**Entries supplied**
------------------------------------

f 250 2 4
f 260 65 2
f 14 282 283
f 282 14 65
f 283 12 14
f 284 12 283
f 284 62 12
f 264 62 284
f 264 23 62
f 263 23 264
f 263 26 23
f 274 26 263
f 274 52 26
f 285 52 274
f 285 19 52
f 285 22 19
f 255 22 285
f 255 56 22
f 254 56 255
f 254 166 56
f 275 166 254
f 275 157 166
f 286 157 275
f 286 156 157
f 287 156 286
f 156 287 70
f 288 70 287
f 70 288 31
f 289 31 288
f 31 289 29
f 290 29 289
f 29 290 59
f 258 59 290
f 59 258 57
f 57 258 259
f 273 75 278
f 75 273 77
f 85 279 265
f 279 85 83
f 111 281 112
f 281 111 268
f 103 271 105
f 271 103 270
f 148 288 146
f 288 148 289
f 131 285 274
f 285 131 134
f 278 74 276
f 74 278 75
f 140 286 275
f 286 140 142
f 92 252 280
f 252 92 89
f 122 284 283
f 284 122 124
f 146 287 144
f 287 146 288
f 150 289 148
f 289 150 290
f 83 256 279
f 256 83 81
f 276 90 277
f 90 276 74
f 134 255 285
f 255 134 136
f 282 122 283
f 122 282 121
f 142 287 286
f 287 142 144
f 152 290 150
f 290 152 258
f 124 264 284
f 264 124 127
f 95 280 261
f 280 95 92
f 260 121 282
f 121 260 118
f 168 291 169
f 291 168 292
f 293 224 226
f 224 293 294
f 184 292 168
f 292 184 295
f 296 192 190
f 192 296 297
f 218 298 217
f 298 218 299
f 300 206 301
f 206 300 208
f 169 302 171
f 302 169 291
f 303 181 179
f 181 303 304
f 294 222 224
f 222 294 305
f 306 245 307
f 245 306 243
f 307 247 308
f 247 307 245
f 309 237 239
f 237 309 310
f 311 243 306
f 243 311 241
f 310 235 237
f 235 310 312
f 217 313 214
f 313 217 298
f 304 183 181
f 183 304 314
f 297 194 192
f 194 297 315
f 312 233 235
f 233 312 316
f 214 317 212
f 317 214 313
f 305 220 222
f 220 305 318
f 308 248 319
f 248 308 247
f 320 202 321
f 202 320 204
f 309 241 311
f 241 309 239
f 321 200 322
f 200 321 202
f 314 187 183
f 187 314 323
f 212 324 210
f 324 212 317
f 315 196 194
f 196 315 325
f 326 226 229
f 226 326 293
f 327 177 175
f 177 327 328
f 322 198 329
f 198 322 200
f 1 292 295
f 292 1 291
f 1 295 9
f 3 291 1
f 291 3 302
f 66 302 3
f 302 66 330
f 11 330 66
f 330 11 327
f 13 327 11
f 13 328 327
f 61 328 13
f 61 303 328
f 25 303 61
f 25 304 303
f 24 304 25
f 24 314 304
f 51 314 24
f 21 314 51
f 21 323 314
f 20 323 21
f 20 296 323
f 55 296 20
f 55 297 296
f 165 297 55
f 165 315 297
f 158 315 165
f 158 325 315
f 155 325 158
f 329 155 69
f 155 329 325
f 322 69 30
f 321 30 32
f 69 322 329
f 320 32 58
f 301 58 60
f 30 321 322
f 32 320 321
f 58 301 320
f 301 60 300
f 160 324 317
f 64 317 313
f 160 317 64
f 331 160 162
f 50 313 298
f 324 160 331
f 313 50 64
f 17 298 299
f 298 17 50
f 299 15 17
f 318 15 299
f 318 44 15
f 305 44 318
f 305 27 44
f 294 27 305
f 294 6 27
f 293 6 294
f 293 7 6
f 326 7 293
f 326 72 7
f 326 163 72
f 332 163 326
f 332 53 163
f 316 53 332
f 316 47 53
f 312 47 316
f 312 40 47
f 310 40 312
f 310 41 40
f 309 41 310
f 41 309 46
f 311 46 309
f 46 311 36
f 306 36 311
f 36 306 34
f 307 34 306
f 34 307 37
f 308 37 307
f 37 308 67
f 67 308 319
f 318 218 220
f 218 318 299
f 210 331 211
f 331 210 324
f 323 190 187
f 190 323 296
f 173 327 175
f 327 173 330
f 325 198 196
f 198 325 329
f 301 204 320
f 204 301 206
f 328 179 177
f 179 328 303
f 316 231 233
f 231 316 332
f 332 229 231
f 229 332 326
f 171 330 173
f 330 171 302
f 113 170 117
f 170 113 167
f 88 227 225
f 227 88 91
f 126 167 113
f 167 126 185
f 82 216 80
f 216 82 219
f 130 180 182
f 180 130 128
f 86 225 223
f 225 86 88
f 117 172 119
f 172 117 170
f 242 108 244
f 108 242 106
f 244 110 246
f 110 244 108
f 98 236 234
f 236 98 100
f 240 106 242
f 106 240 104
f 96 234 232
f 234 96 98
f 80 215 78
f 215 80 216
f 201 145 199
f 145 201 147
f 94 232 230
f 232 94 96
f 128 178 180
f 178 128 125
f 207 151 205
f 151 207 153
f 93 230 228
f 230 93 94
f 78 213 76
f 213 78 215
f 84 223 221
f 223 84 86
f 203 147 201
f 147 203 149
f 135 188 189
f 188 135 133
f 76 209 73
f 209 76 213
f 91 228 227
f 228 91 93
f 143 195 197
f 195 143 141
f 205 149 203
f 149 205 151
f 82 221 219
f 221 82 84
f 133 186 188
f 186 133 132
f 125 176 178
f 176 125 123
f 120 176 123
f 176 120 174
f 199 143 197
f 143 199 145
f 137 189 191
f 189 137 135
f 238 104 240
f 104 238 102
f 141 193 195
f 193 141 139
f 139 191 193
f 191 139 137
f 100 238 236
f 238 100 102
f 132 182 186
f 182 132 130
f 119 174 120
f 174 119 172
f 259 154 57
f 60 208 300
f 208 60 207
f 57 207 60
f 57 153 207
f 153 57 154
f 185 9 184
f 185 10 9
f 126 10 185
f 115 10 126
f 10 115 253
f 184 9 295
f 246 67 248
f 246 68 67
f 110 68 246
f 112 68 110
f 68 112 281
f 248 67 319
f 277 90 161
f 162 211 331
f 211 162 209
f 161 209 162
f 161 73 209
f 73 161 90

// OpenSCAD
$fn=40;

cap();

------------------------------------

**What this task involves**
Beginning at the first line of the data above, retype each line until you reach the line containing "f 284 122 124", and include that one too. Add nothing else.

**Reply**
f 250 2 4
f 260 65 2
f 14 282 283
f 282 14 65
f 283 12 14
f 284 12 283
f 284 62 12
f 264 62 284
f 264 23 62
f 263 23 264
f 263 26 23
f 274 26 263
f 274 52 26
f 285 52 274
f 285 19 52
f 285 22 19
f 255 22 285
f 255 56 22
f 254 56 255
f 254 166 56
f 275 166 254
f 275 157 166
f 286 157 275
f 286 156 157
f 287 156 286
f 156 287 70
f 288 70 287
f 70 288 31
f 289 31 288
f 31 289 29
f 290 29 289
f 29 290 59
f 258 59 290
f 59 258 57
f 57 258 259
f 273 75 278
f 75 273 77
f 85 279 265
f 279 85 83
f 111 281 112
f 281 111 268
f 103 271 105
f 271 103 270
f 148 288 146
f 288 148 289
f 131 285 274
f 285 131 134
f 278 74 276
f 74 278 75
f 140 286 275
f 286 140 142
f 92 252 280
f 252 92 89
f 122 284 283
f 284 122 124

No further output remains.